On the other, one failed charge roll or a successful seize the initiative test for my opponent can often stick him in the open with no defense for an entire turn. From a defensive standpoint, he's just too damn fragile for that without a few hundred points more spent on support units to up his survivability (re: Tervigon to cast Catalyst and venomthropes to give a cover save) so this is often something I dwell on when making a list. 

Conversely, I love the humble Necron Overlord. With or without upgrades, or even with just one or two extra items, he is a boon to your army no matter what you do with him.


----------



## ChaosRedCorsairLord (Apr 17, 2009)

It depends on the army. Some have HQs that are cheap and decent (farseer) whilst others can be awesome, but need to spend a bit more (Tau commander).

Having said that if you're spending more than 1/5 of you pts on one or two models you're probably wasting some points. Troops win games.


----------



## Archon Dan (Feb 6, 2012)

I find the 1/5 rule mentioned above is a good guideline. More bodies, attacks, wounds or shots are almost always better. But if those points cause more benefit on the HQ then you can reach a tipping point. Putting a Res Orb with a Necron unit is often better than adding a couple more soldiers to the army. Just like having a full Warlock Council may be worth those 350 points if it means their Powers can cripple the enemy. But you need other supporting units for those high target HQs; just like you can't leave that Land Raider or expensive Flyer on its own.


----------



## dragonkingofthestars (May 3, 2010)

you have a problem with HQ's. 

on the one hand, you need to equip them a fair bit in order to keep the alive enough to use your warlord trait, which can or can not be very useful. on the other hand, the more you spend on them, "da less boyz youz geten." so for me, I give my guy just enough to handle most things, (this means storm bolter+power halberd) and then have him pal around with a squad with enough shooting power to kill enemy's that are choppyer then him before they get close.

It should be note that some characters, mostly psykers, can earn there point back ten fold if used correctly with buffs and raw killing power. In those drop a few more points in them in order to keep the alive to do there thing. 

but generally, cheap is good.

I think, I've yet to play a game so i may just be blowing smoke.


----------



## Loli (Mar 26, 2009)

I think it all depends upon what you get for your points and how useful it actually is in relation to points.


----------



## falcoso (Apr 7, 2012)

Yeah I generally try and cap it at 1/4 of the army (it rarely even gets to that point) and certainly nor mare than 200pts on a single model unless they are more than that without upgrades beause I prefer more models than tough models otherwise I get the sense that I wasted point on certain upgrades, especially if it is one use


----------



## Xabre (Dec 20, 2006)

It also depends on what the HQ is built for. For instance, Dante, Lorgar, Draigo... alot of this units have the 'Troop Tax' built in to them that costs more than you would normally expect out of an HQ. Of course, on top of this is the fact that those are all Special Characters; only Chaos and Marine Bike HQs unlock troop choices that I can think of without named characters.
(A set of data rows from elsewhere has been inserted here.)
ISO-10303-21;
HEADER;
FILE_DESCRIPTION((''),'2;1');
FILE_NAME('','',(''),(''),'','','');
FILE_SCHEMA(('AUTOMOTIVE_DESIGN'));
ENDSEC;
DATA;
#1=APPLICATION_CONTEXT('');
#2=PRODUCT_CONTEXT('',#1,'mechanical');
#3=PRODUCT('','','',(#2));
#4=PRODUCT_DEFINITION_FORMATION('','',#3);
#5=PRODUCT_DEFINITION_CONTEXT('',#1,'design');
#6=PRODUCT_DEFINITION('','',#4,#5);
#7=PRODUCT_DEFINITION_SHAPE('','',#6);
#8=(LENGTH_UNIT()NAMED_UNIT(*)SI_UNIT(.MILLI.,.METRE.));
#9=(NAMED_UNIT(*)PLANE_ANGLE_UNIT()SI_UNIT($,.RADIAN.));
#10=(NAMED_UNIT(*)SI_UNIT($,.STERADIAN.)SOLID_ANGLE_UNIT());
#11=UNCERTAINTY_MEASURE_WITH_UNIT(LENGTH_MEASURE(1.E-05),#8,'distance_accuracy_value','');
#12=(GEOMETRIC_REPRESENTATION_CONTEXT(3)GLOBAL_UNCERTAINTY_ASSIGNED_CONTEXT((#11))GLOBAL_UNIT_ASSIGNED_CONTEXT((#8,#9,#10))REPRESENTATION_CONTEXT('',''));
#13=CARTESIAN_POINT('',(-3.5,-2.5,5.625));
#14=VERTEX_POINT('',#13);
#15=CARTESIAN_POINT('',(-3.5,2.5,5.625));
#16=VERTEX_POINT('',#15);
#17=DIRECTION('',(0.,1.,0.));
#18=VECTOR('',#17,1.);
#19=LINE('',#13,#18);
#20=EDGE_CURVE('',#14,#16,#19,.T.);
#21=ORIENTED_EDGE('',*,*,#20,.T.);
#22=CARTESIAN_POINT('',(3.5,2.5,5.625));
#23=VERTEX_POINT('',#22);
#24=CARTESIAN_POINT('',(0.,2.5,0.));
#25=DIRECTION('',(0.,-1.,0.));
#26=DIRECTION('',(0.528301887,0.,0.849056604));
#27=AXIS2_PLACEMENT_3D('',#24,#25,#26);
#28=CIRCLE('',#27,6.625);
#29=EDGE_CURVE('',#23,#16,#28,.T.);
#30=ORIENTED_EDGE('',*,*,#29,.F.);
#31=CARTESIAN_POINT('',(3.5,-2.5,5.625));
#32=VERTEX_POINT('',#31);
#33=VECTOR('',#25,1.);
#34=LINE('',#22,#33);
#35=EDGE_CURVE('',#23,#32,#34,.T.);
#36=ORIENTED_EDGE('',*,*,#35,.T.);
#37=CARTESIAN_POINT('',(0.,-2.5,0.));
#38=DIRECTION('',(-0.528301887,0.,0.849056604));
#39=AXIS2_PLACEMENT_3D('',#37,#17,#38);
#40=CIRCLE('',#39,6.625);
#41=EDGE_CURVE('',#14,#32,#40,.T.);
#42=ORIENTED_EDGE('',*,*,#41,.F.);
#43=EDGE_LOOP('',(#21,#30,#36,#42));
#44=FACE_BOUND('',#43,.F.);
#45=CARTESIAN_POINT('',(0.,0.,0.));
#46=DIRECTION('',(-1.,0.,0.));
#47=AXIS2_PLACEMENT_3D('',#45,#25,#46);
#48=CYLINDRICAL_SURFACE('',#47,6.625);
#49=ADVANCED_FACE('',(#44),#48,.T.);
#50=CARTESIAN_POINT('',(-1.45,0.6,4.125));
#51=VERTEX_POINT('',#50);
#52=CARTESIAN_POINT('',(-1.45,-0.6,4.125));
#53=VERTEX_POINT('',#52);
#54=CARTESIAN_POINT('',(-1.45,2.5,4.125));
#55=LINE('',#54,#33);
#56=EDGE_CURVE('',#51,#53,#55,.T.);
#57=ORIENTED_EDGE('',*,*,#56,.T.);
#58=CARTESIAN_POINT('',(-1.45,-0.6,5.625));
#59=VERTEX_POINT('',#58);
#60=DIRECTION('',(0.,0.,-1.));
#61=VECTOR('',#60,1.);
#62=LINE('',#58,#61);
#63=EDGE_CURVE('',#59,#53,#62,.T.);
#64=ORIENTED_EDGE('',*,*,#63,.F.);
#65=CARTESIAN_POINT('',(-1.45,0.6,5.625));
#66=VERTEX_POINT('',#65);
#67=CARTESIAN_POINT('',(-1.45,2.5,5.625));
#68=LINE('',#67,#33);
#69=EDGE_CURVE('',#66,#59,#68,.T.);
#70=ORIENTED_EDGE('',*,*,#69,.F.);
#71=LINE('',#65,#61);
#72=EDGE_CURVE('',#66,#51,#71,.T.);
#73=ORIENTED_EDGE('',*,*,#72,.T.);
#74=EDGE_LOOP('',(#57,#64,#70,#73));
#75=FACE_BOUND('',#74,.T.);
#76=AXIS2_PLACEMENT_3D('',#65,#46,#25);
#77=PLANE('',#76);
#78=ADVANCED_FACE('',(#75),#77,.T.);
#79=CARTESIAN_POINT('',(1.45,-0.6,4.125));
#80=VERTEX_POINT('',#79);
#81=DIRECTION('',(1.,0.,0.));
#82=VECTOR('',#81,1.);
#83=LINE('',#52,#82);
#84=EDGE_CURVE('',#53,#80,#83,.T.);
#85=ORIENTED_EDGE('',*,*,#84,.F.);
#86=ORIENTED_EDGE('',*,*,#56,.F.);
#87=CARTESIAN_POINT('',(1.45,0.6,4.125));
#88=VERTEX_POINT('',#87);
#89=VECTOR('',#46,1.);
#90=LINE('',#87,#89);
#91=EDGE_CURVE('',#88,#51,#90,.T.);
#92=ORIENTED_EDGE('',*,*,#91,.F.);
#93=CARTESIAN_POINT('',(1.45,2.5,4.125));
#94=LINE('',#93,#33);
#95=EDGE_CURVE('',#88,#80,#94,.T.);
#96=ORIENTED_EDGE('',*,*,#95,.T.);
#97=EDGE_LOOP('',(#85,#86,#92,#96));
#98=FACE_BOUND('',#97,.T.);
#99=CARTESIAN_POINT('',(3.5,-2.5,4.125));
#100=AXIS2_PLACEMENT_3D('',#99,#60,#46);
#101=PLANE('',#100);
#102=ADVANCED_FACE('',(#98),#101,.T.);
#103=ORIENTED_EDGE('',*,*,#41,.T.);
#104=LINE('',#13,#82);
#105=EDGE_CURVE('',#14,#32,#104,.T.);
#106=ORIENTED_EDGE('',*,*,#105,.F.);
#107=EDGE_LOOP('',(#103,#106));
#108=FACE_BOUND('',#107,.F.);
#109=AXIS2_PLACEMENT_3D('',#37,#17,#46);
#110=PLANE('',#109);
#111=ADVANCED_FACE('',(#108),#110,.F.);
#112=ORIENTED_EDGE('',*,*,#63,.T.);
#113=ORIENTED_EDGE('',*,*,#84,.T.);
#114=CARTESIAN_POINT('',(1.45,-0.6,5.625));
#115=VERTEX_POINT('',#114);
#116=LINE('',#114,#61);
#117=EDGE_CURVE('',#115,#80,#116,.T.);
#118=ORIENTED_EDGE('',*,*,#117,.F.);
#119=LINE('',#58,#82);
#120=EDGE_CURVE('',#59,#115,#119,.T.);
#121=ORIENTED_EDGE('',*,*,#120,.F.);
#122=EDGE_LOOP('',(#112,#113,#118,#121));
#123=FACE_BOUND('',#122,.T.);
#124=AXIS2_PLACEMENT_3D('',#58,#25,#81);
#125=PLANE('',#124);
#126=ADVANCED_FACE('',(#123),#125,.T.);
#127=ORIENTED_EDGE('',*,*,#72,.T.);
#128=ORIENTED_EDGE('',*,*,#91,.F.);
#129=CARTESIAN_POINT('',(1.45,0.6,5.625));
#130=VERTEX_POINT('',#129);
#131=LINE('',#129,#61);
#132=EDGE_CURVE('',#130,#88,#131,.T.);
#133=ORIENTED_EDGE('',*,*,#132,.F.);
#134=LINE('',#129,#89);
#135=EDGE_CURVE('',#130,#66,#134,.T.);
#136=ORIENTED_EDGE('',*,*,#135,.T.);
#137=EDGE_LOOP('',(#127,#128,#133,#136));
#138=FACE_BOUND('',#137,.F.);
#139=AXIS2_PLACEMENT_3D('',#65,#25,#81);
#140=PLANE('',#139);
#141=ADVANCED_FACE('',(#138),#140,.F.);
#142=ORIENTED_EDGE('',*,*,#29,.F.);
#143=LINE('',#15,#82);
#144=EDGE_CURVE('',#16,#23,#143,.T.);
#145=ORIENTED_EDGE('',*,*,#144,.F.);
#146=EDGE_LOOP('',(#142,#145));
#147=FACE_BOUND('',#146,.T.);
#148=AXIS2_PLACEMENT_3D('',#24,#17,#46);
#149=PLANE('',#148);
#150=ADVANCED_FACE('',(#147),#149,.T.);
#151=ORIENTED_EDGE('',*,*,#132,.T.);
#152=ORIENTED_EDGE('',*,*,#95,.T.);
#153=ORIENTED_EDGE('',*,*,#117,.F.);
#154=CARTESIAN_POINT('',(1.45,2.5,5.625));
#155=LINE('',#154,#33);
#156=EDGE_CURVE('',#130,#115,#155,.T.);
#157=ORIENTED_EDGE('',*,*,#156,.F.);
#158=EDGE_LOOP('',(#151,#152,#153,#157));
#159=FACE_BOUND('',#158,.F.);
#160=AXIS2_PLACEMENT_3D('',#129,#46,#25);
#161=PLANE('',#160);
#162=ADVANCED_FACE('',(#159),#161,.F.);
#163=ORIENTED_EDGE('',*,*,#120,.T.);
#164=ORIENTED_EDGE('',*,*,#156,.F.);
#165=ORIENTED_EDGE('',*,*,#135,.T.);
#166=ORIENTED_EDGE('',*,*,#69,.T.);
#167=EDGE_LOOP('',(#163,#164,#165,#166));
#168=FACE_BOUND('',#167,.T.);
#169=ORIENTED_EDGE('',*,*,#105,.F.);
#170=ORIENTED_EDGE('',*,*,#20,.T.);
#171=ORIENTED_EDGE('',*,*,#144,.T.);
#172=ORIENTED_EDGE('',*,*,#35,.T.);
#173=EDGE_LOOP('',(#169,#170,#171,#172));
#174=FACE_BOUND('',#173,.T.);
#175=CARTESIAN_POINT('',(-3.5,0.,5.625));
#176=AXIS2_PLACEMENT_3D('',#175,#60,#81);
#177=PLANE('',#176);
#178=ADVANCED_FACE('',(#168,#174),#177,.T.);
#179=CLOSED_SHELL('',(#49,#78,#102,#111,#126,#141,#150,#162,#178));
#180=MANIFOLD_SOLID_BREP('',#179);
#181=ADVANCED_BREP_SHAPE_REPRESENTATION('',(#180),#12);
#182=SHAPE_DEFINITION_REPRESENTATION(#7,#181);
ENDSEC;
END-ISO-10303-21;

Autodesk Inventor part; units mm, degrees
ref_plane "YZ Plane" through (0, 0, 0) normal (1, 0, 0) x (0, 1, 0)
ref_plane "XZ Plane" through (0, 0, 0) normal (0, 1, 0) x (-1, 0, 0)
ref_plane "XY Plane" through (0, 0, 0) normal (0, 0, 1) x (1, 0, 0)
sketch "スケッチ1" plane through (0, 0, 0) normal (0, 1, 0) x (-1, 0, 0)
  circle A0 centre (0, 0) radius 6.625
  line L0 (9.275, 0) -> (-9.275, 0) projected
  line L1 (3.5, 5.625) -> (-3.5, 5.625)
  line L2 (5.3064, 6.625) -> (-3.654, 6.625)
  dimension "d0" = 1
  dimension "d1" = 7
extrude "押し出し1" add sketch "スケッチ1" along normal mid plane 5 contours L1 A0
sketch "スケッチ2" plane through (3.5, -2.5, 5.625) normal (0, 0, -1) x (-1, 0, 0)
  line L0 (7, 0) -> (0, 0) projected
  line L1 (7, 5) -> (7, 0) projected
  line L2 (0, 5) -> (7, 5) projected
  line L3 (0, 0) -> (0, 5) projected
  line L4 (4.95, 5) -> (4.95, 0)
  line L5 (2.05, 5) -> (2.05, 0)
  line L6 (3.5, 2.5) -> (3.5, 5)
  line L7 (4.95, 3.1) -> (2.05, 3.1)
  line L8 (4.95, 1.9) -> (2.05, 1.9)
  dimension "d4" = 2.9
  dimension "d5" = 1.45
  dimension "d8" = 1.9
  dimension "d9" = 1.2
extrude "押し出し2" add sketch "スケッチ2" along normal blind 1.5 contours L8 L5 L7 L4
properties part number "ball"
I usually build 2000 point armies, and I use Land Raiders as my benchmark. If an HQ costs more than a Land Raider, and it's not named, its too expensive, unless it has some cornerstone for the army. This doesn't include a transport or a possible retinue (Mordrak, Anrakyr on a barge, etc). About the only HQ I've ever considered over that mark that didn't have a Troop Tax was Stormcaller... and even that one I thought was too costly.


----------



## The Sturk (Feb 3, 2012)

Just last night, I fielded a 325 pt. Daemon Prince as my HQ for my Necron's allied detachment. While it completely obliterated a Parsite of Mortrix, it died next turn to poison weapons and it's own Daemon weapon (rolled two 1's in two assault phases for extra attacks). The extra 50 points for Mastery Level 2 were not worth it in the slightest, especially since Shadow of the Warp was in play.

Conversly, my Warlord, an Overlord, was half that amount and did a fine job holding a back objective with Immortals.


----------



## Alsojames (Oct 25, 2010)

It depends on your strategy. If your army is all about charging in and getting close and you want to spend your points on making your HQ and his squad a close combat beast, go ahead. 

It also depends on the models you have and whether or not you're open to buying more.


----------



## Mossy Toes (Jun 8, 2009)

HQ<200 points it's ok. HQ>200 points it had better have EW or T6. I've found myself taking, say, 2 CSM biker lords who are each about 185 points (1 w/ BBoS, 1 w/ AoBF), and they each have about 190 points worth if bikers as a retinue. That makes for about 750 points in my HQ and FA (plus maybe some more bikers or a Heldrake), but makes a hard, fast core to base my army around.


----------